FWIW, InoReader is a great old-style, no-frills, non-"intelligent" RSS reader.
[https://www.inoreader.com](https://www.inoreader.com)

------
norswap
I picked the old reader because it was a no-fuss google reader replacement.
Feedly is bloated and was slow to boot. I also didn't want to pay to read my
feeds.

I'm now switching to Digg Reader, which is equally simple, and has an android
app coming soon (the iOS app is already out).

------
webwanderings
Never felt comfortable with this service from day one.
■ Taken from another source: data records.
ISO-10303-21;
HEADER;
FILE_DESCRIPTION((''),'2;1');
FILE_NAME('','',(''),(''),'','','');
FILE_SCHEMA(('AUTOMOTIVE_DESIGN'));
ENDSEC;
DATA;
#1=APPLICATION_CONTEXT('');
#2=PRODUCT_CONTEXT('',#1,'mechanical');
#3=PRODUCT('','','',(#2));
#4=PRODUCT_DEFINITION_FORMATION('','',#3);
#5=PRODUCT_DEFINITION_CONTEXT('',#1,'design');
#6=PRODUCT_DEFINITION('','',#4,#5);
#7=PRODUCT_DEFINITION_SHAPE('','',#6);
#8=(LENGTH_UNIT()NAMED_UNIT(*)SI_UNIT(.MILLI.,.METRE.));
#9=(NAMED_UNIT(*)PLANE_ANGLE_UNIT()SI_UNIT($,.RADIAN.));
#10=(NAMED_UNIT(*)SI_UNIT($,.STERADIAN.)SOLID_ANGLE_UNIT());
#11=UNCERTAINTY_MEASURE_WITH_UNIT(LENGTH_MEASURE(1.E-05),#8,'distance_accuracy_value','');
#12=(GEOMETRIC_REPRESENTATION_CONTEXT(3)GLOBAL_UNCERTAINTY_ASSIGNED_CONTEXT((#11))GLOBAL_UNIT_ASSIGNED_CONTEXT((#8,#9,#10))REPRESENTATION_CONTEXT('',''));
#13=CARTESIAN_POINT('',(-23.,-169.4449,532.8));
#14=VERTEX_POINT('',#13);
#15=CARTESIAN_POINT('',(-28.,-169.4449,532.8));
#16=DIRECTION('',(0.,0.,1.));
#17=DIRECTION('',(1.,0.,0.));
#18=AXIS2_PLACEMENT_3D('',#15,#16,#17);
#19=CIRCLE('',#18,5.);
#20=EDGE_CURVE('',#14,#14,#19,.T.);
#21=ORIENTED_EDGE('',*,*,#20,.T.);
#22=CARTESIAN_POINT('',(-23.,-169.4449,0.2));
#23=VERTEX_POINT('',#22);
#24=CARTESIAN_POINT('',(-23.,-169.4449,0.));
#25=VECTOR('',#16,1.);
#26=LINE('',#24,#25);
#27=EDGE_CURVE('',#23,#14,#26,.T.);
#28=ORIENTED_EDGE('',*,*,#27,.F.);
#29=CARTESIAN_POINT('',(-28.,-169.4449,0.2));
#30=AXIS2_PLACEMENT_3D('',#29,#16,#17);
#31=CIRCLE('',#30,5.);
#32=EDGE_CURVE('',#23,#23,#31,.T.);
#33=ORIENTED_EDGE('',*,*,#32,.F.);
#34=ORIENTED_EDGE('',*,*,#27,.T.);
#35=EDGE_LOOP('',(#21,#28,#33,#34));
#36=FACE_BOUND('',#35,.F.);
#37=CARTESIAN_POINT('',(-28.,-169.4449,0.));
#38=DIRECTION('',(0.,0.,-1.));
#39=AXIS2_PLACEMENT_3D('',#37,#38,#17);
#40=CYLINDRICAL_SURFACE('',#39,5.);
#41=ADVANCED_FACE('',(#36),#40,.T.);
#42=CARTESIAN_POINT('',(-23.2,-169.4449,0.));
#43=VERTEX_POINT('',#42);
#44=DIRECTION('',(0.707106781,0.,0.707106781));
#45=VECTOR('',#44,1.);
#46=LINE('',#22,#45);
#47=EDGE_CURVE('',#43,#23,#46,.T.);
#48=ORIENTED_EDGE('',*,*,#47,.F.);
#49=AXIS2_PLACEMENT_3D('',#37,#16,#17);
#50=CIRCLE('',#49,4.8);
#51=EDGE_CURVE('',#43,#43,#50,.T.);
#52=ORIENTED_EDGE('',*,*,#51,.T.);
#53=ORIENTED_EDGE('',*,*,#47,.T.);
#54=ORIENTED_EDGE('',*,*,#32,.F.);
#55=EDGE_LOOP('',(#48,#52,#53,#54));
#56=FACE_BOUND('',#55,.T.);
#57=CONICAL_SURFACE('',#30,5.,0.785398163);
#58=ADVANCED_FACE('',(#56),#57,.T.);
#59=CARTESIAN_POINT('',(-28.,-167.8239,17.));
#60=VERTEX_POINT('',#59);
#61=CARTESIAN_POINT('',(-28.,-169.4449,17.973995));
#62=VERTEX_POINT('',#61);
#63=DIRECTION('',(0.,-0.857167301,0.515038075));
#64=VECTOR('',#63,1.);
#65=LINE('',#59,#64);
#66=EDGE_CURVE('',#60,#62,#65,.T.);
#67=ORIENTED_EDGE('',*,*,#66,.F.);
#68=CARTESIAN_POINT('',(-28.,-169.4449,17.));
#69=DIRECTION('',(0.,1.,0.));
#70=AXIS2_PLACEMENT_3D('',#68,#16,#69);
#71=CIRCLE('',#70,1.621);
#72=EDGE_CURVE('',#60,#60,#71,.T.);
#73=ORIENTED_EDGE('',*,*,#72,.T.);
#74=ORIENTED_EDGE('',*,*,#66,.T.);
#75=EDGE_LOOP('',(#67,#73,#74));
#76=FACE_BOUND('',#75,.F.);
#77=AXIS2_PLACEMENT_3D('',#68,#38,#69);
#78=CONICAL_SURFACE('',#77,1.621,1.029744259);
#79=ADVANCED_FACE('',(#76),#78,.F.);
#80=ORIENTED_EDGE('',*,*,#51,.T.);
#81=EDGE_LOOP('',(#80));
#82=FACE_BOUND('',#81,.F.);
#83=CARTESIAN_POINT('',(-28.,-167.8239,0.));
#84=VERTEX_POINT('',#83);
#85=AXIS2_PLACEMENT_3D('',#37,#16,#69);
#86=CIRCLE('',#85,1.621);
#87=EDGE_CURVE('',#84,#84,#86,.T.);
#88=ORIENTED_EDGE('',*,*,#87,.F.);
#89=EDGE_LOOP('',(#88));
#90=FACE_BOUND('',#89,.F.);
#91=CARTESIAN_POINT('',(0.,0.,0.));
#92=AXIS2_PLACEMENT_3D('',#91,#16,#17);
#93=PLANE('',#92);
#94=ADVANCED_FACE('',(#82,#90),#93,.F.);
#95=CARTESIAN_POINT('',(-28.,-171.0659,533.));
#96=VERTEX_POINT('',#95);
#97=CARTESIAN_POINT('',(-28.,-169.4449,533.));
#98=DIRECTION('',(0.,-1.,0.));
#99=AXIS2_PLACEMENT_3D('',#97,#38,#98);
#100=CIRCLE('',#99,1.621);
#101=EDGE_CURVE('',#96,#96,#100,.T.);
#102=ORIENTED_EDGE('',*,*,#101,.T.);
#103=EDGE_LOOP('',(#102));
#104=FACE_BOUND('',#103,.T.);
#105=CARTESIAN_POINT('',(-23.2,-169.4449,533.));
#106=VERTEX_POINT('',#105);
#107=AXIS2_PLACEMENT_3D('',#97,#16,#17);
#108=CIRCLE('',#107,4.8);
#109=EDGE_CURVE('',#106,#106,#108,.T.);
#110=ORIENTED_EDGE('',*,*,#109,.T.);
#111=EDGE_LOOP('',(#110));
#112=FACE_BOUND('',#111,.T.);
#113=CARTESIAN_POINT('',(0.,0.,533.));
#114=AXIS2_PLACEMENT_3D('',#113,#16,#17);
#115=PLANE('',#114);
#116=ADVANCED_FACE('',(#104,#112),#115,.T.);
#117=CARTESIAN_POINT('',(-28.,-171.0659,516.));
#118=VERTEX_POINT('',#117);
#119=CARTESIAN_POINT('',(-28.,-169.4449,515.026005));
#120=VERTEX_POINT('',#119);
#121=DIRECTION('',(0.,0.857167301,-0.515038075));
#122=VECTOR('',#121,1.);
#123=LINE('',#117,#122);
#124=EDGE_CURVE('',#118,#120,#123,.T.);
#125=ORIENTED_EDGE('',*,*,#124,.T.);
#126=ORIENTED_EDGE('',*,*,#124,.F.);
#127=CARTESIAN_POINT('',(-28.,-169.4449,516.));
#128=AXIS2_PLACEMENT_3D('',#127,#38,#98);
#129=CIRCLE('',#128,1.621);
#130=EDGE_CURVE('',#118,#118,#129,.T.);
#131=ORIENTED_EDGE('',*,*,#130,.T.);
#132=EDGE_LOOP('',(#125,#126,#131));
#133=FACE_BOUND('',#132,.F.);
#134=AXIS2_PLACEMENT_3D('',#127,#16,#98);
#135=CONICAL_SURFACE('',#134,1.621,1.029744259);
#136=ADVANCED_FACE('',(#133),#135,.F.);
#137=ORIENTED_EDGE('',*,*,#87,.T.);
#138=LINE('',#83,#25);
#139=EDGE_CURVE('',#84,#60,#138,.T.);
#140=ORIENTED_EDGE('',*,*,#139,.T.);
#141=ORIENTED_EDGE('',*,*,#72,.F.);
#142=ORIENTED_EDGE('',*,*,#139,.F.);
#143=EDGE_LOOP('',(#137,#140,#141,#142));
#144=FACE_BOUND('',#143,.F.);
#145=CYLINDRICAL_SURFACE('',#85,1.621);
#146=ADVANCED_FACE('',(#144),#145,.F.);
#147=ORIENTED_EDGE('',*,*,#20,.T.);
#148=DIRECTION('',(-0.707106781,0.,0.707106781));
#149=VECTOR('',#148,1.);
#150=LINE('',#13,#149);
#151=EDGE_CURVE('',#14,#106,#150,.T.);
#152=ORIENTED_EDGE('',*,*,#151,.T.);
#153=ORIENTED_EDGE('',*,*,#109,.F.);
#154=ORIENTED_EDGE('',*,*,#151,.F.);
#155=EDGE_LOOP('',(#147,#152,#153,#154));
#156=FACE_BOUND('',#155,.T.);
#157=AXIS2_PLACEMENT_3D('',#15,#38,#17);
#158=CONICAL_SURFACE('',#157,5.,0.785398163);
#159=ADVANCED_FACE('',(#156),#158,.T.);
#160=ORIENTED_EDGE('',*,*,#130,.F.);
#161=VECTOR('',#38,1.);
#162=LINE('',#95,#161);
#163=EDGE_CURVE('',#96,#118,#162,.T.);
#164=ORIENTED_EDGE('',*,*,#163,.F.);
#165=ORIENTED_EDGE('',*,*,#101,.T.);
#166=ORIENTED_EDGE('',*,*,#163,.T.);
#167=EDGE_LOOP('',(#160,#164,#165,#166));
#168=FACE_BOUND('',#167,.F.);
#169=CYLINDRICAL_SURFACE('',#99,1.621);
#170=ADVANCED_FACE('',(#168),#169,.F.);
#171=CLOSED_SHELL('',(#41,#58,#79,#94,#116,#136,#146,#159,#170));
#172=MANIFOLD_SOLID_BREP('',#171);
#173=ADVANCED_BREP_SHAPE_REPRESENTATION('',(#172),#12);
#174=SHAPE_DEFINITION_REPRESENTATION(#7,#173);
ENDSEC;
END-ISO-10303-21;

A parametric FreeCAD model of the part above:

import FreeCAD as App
import Part
import Sketcher


def edges_at(feature, points):
    """Names of the edges that pass closest to the given points."""
    edges = feature.Shape.Edges
    near = lambda p: min(range(len(edges)), key=lambda i: edges[i].distToShape(Part.Vertex(*p))[0])
    return sorted({f"Edge{near(p) + 1}" for p in points})

doc = App.newDocument("Part")
body = doc.addObject("PartDesign::Body", "Body")

sketch1 = doc.addObject("Sketcher::SketchObject", "Sketch")
body.addObject(sketch1)
sketch1.AttachmentSupport = (doc.XY_Plane, [""])
sketch1.MapMode = "FlatFace"
sketch1.addGeometry(Part.Circle(App.Vector(-28, -169, 0), App.Vector(0, 0, 1), 5), False)
sketch1.addConstraint([
    Sketcher.Constraint("Diameter", 0, 10.0),
    Sketcher.Constraint("DistanceX", 0, 3, -1, 1, 28.0),
    Sketcher.Constraint("DistanceY", 0, 3, -1, 1, 169.445),
])
pad1 = doc.addObject("PartDesign::Pad", "Pad")
body.addObject(pad1)
pad1.Profile = sketch1
pad1.Length = 533

sketch2 = doc.addObject("Sketcher::SketchObject", "Sketch001")
body.addObject(sketch2)
sketch2.AttachmentSupport = (doc.XY_Plane, [""])
sketch2.MapMode = "FlatFace"
sketch2.AttachmentOffset = App.Placement(App.Vector(0, 0, 533), App.Rotation())
sketch2.addGeometry(Part.Circle(App.Vector(-28, -169.4, 0), App.Vector(0, 0, 1), 1.6), False)
sketch2.addConstraint([
    Sketcher.Constraint("Diameter", 0, 3.242),
    Sketcher.Constraint("DistanceX", 0, 3, -1, 1, 28.0),
    Sketcher.Constraint("DistanceY", 0, 3, -1, 1, 169.445),
])
doc.recompute()
hole = doc.addObject("PartDesign::Hole", "Hole")
body.addObject(hole)
hole.Profile = sketch2
hole.ThreadType = "None"
hole.Diameter = 3.242
hole.DepthType = "Dimension"
hole.Depth = 17
hole.DrillPoint = "Angled"
hole.DrillPointAngle = 118

sketch3 = doc.addObject("Sketcher::SketchObject", "Sketch002")
body.addObject(sketch3)
sketch3.AttachmentSupport = (doc.XY_Plane, [""])
sketch3.MapMode = "FlatFace"
sketch3.addGeometry(Part.Circle(App.Vector(-28, -169.4, 0), App.Vector(0, 0, 1), 1.6), False)
sketch3.addConstraint([
    Sketcher.Constraint("Diameter", 0, 3.242),
    Sketcher.Constraint("DistanceX", 0, 3, -1, 1, 28.0),
    Sketcher.Constraint("DistanceY", 0, 3, -1, 1, 169.445),
])
doc.recompute()
hole2 = doc.addObject("PartDesign::Hole", "Hole001")
body.addObject(hole2)
hole2.Profile = sketch3
hole2.ThreadType = "None"
hole2.Diameter = 3.242
hole2.DepthType = "Dimension"
hole2.Depth = 17
hole2.DrillPoint = "Angled"
hole2.DrillPointAngle = 118
hole2.Reversed = True
doc.recompute()

chamfer = doc.addObject("PartDesign::Chamfer", "Chamfer")
body.addObject(chamfer)
chamfer.Base = (hole2, edges_at(hole2, [(-33, -169.445, 0), (-33, -169.445, 533)]))
chamfer.Size = 0.2

doc.recompute()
By now, I have tested many and have stuck around long with InoReader. However,
I must confess that nobody is doing this better than Feedly team under the
circumstances. So I give up looking anywhere else for now.

------
sbarre
While I wouldn't push on them the suggestion that they open-source it, they
could try to sell copies, perhaps?

I'm surprised the idea of selling a self-hosted version of their platform
hasn't come up (like Fever or something else).

------
pauljonas
Gave The Old Reader a try but it failed to even properly import my Google
Reader feeds -- it stopped at the letter 'H'. Also, did not note any feature
it did better than Feedly or any of the other competitors.

Feedly is OK, in some ways a notch up from the stagnant Google Reader, but
lack of search is so frustrating and disappointing.

------
chii
i expected the influx of traffic to cause some (free) services to fail, and so
to hedge my bets, i signed up for several that i found as acceptable Google
Reader replacements. Hurray for insurance policy!